Self‑Describing by Design
SuperCSV files are fully self‑describing. A file contains everything needed to read, validate, and interpret its data — without external schemas, configuration files, or type‑inference logic.
This is intentional.
Most real‑world data formats rely on hidden context:
- CSV requires external knowledge of types
- JSON requires external knowledge of structure
- Message formats often require separate schema files
- Pipelines rely on ad‑hoc mapping code to make sense of values
SuperCSV avoids all of this. The structure and types are explicit. The rules are obvious. A SuperCSV file stands on its own.
This makes the format easy to share, easy to store, easy to version, and easy to reason about — without the fragile ecosystem of sidecar files and implicit assumptions that surround other formats.
Why SuperCSV Exists
SuperCSV began from a simple frustration: there was no good, simple data format for everyday work.
CSV seems like it should work. It's compact and familiar, but it was never designed as a standard. Every tool interprets it differently, and it has no types. Everything is a string, and every consumer must guess what the data was meant to be.
JSON became the default alternative, but it's heavy, noisy, and often ten times larger than the actual content. It's designed for APIs, not for people, and not for tabular data. And JSON also has no meaningful types — just a handful of primitives and a lot of guesswork.
Behind all of this is a deeper issue: real systems spend an enormous amount of time doing data IO, field mapping, and message translation. Every time data moves between systems, custom code is needed to interpret strings, infer types, normalise values, and reconcile mismatched schemas. It's repetitive, error‑prone, and unnecessary.
SuperCSV exists because none of the common formats solve these problems.
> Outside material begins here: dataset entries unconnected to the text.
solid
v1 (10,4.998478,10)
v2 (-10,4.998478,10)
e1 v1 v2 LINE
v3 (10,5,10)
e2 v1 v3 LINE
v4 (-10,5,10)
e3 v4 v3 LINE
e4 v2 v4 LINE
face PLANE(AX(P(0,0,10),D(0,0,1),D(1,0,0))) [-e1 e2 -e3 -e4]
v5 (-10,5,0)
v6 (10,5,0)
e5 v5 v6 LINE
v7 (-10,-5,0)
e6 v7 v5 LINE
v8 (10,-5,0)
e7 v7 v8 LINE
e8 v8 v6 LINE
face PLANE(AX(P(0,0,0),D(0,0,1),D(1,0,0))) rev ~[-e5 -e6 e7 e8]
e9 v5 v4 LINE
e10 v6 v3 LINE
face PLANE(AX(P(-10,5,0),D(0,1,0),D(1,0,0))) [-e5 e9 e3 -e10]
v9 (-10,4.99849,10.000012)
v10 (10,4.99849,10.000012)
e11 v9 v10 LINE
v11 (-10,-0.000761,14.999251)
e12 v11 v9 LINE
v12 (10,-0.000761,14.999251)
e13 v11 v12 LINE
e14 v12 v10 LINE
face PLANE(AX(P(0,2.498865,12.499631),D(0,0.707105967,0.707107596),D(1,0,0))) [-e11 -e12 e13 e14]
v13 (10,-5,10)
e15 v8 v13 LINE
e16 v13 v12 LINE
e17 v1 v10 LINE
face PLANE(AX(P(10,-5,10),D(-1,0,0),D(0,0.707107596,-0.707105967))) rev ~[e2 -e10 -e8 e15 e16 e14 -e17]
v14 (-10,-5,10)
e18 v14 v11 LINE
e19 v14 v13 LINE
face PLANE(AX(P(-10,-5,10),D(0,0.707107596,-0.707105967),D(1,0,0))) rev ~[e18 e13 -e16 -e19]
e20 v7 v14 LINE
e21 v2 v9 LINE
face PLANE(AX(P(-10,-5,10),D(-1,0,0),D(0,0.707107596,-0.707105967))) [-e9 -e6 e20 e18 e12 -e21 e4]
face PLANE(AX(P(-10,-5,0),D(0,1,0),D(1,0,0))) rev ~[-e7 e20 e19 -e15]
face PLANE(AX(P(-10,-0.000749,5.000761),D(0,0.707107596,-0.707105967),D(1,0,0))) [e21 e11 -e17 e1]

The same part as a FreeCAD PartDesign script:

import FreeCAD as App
import Part
import Sketcher
from FreeCAD import Vector
Q = App.Units.Quantity


def add_polygon(sketch, points):
    """Adds a closed chain of lines whose ends are joined by coincident constraints."""
    first, n = sketch.GeometryCount, len(points)
    for a, b in zip(points, points[1:] + points[:1]):
        sketch.addGeometry(Part.LineSegment(App.Vector(*a, 0), App.Vector(*b, 0)), False)
    for i in range(n):
        sketch.addConstraint(Sketcher.Constraint("Coincident", first + i, 2, first + (i + 1) % n, 1))

doc = App.newDocument("Part")
body = doc.addObject("PartDesign::Body", "Body")

sketch1 = body.newObject("Sketcher::SketchObject", "Sketch")
sketch1.AttachmentSupport = (doc.getObject("XY_Plane"), [""])
sketch1.MapMode = "FlatFace"
add_polygon(sketch1, [(0, 7.07), (0, 0), (20, 0), (20, 7.07)])
sketch1.addConstraint([
    Sketcher.Constraint("Vertical", 0),
    Sketcher.Constraint("Horizontal", 1),
    Sketcher.Constraint("Vertical", 2),
    Sketcher.Constraint("Horizontal", 3),
    Sketcher.Constraint("Coincident", 0, 2, -1, 1),
    Sketcher.Constraint("DistanceX", 1, 1, 1, 2, Q("20 mm")),
    Sketcher.Constraint("DistanceY", 0, 2, 0, 1, Q("7.07 mm")),
])
pad1 = body.newObject("PartDesign::Pad", "Pad")
pad1.Profile = sketch1
pad1.Length = 7.07
body2 = doc.addObject("PartDesign::Body", "Body001")
doc.recompute()

body.Placement = App.Placement(Vector(-10, -5, 10), App.Rotation(Vector(-1, 0, 0), 44.999934))
boolean = body2.newObject("PartDesign::Boolean", "Boolean")
boolean.Type = "Fuse"
boolean.addObjects([body])
body3 = doc.addObject("PartDesign::Body", "Body002")

sketch2 = body3.newObject("Sketcher::SketchObject", "Sketch001")
sketch2.AttachmentSupport = (doc.getObject("XY_Plane002"), [""])
sketch2.MapMode = "FlatFace"
add_polygon(sketch2, [(-10, 5), (-10, -5), (10, -5), (10, 5)])
sketch2.addConstraint([
    Sketcher.Constraint("Vertical", 0),
    Sketcher.Constraint("Horizontal", 1),
    Sketcher.Constraint("Vertical", 2),
    Sketcher.Constraint("Horizontal", 3),
    Sketcher.Constraint("Symmetric", 0, 2, 2, 2, -1, 1),
    Sketcher.Constraint("DistanceX", 1, 1, 1, 2, Q("20 mm")),
    Sketcher.Constraint("DistanceY", 0, 2, 0, 1, Q("10 mm")),
])
pad2 = body3.newObject("PartDesign::Pad", "Pad001")
pad2.Profile = sketch2
pad2.Length = 10
doc.recompute()

boolean2 = body3.newObject("PartDesign::Boolean", "Boolean001")
boolean2.Type = "Fuse"
boolean2.addObjects([body2])

doc.recompute()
There isn't a modern, typed, human‑friendly format that stays compact like CSV and structured like JSON — without inheriting their flaws.
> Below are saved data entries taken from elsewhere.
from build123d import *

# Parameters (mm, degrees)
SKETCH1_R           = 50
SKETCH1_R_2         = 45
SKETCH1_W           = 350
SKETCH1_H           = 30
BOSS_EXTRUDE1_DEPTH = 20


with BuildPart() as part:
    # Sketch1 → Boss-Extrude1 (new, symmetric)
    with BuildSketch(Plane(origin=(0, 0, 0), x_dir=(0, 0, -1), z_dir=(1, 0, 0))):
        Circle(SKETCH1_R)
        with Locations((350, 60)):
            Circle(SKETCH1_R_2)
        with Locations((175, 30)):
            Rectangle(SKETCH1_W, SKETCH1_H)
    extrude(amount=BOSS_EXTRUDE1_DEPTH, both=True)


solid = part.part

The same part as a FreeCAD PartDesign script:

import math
import FreeCAD as App
import Part
import Sketcher
Q = App.Units.Quantity

doc = App.newDocument("Part")
params = doc.addObject("Spreadsheet::Sheet", "Params")
for row, (alias, value) in enumerate([
    ("sketch1_radius", "50 mm"),
    ("sketch1_radius2", "45 mm"),
    ("pad1_length", "40 mm"),
], start=1):
    params.set(f"A{row}", alias)
    params.set(f"B{row}", "=" + value)
    params.setAlias(f"B{row}", alias)

body = doc.addObject("PartDesign::Body", "Body")

# Sketch on YZ plane
sketch1 = body.newObject("Sketcher::SketchObject", "Sketch")
sketch1.AttachmentSupport = (doc.getObject("YZ_Plane"), [""])
sketch1.MapMode = "FlatFace"
sketch1.addGeometry(Part.ArcOfCircle(Part.Circle(App.Vector(0, 0, 0), App.Vector(0, 0, 1), 50), math.radians(-26), math.radians(287)), False)
sketch1.addGeometry(Part.LineSegment(App.Vector(15, -48, 0), App.Vector(15, -350, 0)), False)
sketch1.addGeometry(Part.ArcOfCircle(Part.Circle(App.Vector(60, -350, 0), App.Vector(0, 0, 1), 45), math.radians(180), math.radians(469)), False)
sketch1.addGeometry(Part.LineSegment(App.Vector(45, -308, 0), App.Vector(45, -22, 0)), False)
sketch1.addConstraint(Sketcher.Constraint("Coincident", 0, 2, 1, 1))
sketch1.addConstraint(Sketcher.Constraint("Tangent", 1, 2, 2, 1))
sketch1.addConstraint(Sketcher.Constraint("Coincident", 2, 2, 3, 1))
sketch1.addConstraint(Sketcher.Constraint("Coincident", 3, 2, 0, 1))
sketch1.addConstraint(Sketcher.Constraint("Vertical", 1))
sketch1.addConstraint(Sketcher.Constraint("Vertical", 3))
sketch1.addConstraint(Sketcher.Constraint("Coincident", 0, 3, -1, 1))
sketch1.addConstraint(Sketcher.Constraint("Radius", 0, Q("50 mm")))
sketch1.addConstraint(Sketcher.Constraint("Radius", 2, Q("45 mm")))
sketch1.addConstraint(Sketcher.Constraint("DistanceX", -1, 1, 2, 3, Q("60 mm")))
sketch1.addConstraint(Sketcher.Constraint("DistanceY", 2, 3, -1, 1, Q("350 mm")))
sketch1.addConstraint(Sketcher.Constraint("DistanceX", -1, 1, 2, 2, Q("45 mm")))
sketch1.setExpression("Constraints[7]", "Params.sketch1_radius")
sketch1.setExpression("Constraints[8]", "Params.sketch1_radius2")
pad1 = body.newObject("PartDesign::Pad", "Pad")
pad1.Profile = sketch1
pad1.setExpression("Length", "Params.pad1_length")
pad1.Midplane = True

doc.recompute()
SuperCSV solves these problems. It's a self‑describing, typed, readable data format with a clear language. Just data that describes itself.
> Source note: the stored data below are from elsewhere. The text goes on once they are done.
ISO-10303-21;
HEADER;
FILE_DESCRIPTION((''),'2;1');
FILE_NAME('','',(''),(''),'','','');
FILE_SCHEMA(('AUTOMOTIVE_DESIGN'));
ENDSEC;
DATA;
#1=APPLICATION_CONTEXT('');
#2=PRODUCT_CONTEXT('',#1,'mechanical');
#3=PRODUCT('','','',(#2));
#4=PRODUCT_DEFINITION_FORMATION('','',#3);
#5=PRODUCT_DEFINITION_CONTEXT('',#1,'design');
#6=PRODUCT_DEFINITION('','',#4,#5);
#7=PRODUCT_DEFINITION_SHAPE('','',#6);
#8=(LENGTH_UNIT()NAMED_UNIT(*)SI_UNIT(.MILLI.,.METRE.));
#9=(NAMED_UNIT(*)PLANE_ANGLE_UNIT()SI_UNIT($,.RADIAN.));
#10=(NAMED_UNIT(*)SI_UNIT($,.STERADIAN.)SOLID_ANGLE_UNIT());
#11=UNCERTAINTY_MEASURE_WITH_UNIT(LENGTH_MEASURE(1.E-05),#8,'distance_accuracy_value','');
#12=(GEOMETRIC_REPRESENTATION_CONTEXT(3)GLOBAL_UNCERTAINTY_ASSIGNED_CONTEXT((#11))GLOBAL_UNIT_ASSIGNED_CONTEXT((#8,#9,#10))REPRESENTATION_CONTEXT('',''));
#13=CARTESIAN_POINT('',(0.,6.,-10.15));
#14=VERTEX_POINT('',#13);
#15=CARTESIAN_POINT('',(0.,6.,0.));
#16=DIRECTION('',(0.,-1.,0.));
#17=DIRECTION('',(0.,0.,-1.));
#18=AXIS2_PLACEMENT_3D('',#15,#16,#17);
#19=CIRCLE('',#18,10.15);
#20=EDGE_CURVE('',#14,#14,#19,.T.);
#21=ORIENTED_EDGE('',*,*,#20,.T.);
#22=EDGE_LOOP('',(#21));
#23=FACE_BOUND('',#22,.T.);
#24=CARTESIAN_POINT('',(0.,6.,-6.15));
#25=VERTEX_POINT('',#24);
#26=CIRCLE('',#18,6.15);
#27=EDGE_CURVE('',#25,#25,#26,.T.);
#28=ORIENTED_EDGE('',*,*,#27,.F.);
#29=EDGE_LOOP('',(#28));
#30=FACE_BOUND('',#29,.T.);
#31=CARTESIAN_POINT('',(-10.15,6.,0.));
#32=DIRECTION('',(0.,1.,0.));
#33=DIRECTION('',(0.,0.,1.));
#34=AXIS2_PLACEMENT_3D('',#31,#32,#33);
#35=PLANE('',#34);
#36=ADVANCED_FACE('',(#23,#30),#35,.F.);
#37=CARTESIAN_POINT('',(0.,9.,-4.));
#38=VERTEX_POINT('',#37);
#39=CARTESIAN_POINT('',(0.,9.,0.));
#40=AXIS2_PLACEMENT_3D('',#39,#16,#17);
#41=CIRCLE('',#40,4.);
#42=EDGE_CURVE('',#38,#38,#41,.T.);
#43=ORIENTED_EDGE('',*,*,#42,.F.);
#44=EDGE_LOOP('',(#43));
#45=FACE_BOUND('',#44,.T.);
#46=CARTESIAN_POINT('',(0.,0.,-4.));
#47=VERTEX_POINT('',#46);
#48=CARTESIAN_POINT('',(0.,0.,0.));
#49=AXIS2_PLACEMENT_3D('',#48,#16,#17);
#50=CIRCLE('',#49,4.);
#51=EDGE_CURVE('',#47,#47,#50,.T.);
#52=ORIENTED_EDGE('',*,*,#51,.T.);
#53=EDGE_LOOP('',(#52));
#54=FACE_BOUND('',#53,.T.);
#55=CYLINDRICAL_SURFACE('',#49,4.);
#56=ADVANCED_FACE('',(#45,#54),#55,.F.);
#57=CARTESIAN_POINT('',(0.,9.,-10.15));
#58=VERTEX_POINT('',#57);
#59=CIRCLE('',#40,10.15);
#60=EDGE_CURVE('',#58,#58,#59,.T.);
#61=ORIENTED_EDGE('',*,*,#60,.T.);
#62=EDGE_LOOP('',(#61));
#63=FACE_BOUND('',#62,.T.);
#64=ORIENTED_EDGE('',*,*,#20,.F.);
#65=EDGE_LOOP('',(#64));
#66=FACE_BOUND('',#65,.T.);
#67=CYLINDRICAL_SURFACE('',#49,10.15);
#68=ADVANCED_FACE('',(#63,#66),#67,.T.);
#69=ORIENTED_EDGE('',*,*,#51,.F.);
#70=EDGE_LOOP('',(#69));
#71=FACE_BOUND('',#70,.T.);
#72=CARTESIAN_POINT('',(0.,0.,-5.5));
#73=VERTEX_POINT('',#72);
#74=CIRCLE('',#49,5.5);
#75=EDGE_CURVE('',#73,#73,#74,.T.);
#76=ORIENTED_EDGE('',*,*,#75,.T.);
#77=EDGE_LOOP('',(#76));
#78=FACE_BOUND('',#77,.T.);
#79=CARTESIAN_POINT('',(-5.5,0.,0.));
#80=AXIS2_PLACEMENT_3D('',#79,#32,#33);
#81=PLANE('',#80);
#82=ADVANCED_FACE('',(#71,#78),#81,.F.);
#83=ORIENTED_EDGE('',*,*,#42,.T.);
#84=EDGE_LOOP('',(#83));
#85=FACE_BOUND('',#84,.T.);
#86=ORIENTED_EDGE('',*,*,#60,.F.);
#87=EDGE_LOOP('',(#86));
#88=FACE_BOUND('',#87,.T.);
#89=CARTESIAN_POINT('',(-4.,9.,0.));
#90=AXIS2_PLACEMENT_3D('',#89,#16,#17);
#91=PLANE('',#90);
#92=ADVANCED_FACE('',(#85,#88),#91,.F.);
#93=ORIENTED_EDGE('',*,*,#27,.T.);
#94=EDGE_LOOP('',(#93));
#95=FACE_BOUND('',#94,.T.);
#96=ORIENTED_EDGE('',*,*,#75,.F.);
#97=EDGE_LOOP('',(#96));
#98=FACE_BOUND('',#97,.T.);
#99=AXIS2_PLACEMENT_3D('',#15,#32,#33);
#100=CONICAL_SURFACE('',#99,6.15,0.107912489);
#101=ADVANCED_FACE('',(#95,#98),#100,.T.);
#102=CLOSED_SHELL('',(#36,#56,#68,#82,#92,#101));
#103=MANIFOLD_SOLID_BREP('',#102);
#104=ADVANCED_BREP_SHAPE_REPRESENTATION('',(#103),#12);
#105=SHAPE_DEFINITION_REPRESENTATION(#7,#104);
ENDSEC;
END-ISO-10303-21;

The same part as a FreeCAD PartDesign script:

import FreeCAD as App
import Part
import Sketcher

doc = App.newDocument("Part")
body = doc.addObject("PartDesign::Body", "Body")

# Sketch on XY plane
sketch1 = body.newObject("Sketcher::SketchObject", "Sketch")
sketch1.AttachmentSupport = (doc.getObject("XY_Plane"), [""])
sketch1.MapMode = "FlatFace"
sketch1.addGeometry([
    Part.LineSegment(App.Vector(-4, 9, 0), App.Vector(-10.2, 9, 0)),  # 0
    Part.LineSegment(App.Vector(-10.2, 9, 0), App.Vector(-10.2, 6, 0)),  # 1
    Part.LineSegment(App.Vector(-10.2, 6, 0), App.Vector(-6.2, 6, 0)),  # 2
    Part.LineSegment(App.Vector(-6.2, 6, 0), App.Vector(-5.5, 0, 0)),  # 3
    Part.LineSegment(App.Vector(-5.5, 0, 0), App.Vector(-4, 0, 0)),  # 4
    Part.LineSegment(App.Vector(-4, 0, 0), App.Vector(-4, 9, 0)),  # 5
], False)
sketch1.addConstraint([
    Sketcher.Constraint("Coincident", 0, 2, 1, 1),
    Sketcher.Constraint("Coincident", 1, 2, 2, 1),
    Sketcher.Constraint("Coincident", 2, 2, 3, 1),
    Sketcher.Constraint("Coincident", 3, 2, 4, 1),
    Sketcher.Constraint("Coincident", 4, 2, 5, 1),
    Sketcher.Constraint("Coincident", 5, 2, 0, 1),
    Sketcher.Constraint("Horizontal", 0),
    Sketcher.Constraint("Vertical", 1),
    Sketcher.Constraint("Horizontal", 2),
    Sketcher.Constraint("Horizontal", 4),
    Sketcher.Constraint("Vertical", 5),
    Sketcher.Constraint("PointOnObject", 3, 2, -1),
    Sketcher.Constraint("DistanceX", 2, 1, 2, 2, 4.0),
    Sketcher.Constraint("DistanceY", 1, 2, 1, 1, 3.0),
    Sketcher.Constraint("DistanceY", 5, 1, 5, 2, 9.0),
    Sketcher.Constraint("DistanceX", 4, 1, 4, 2, 1.5),
    Sketcher.Constraint("DistanceX", 4, 2, -1, 1, 4.0),
    Sketcher.Constraint("DistanceX", 0, 2, 0, 1, 6.15),
])
revolution = body.newObject("PartDesign::Revolution", "Revolution")
revolution.Profile = sketch1
revolution.ReferenceAxis = (sketch1, ["V_Axis"])
revolution.Angle = 360

doc.recompute()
SuperCSV exists because people deserve a simple data format that doesn't fight them.
Design Philosophy
SuperCSV is built on a small set of principles shaped by real experience with data IO, field mapping, and message translation. The format is designed to stay simple, predictable, and pleasant to work with — both for people and for tools.
Clarity and simplicity
The grammar is small and explicit. Rules are written to be understood at a glance, not discovered through edge cases.
What you see is what you get
There's no ambiguity. Every value has one meaning, and every tool will read it the same way.
Compact, human‑friendly structure
Data first, syntax second. Data with just enough structure to make it unambiguous.
Typed data
Data should not require interpretation. SuperCSV defines clear, predictable types so we don't need custom mapping code or guessing.
Minimal syntax
Nothing unnecessary. Every rule exists to remove ambiguity, and every character serves a purpose.
Planned roadmap
The format will evolve in a deliberate manner. Versions are planned, spec changes will be documented, and backward compatibility will make this a stable long term format.
Readable and parseable
SuperCSV is designed to be read by humans and parsed by machines equally well. No trade‑off required.
Streamable
Read, write, validate, and send in constant memory.
I hope you enjoy using this — a format so simple it feels obvious, yet so powerful it feels uncanny — as much as I've enjoyed turning an idea into a new data format.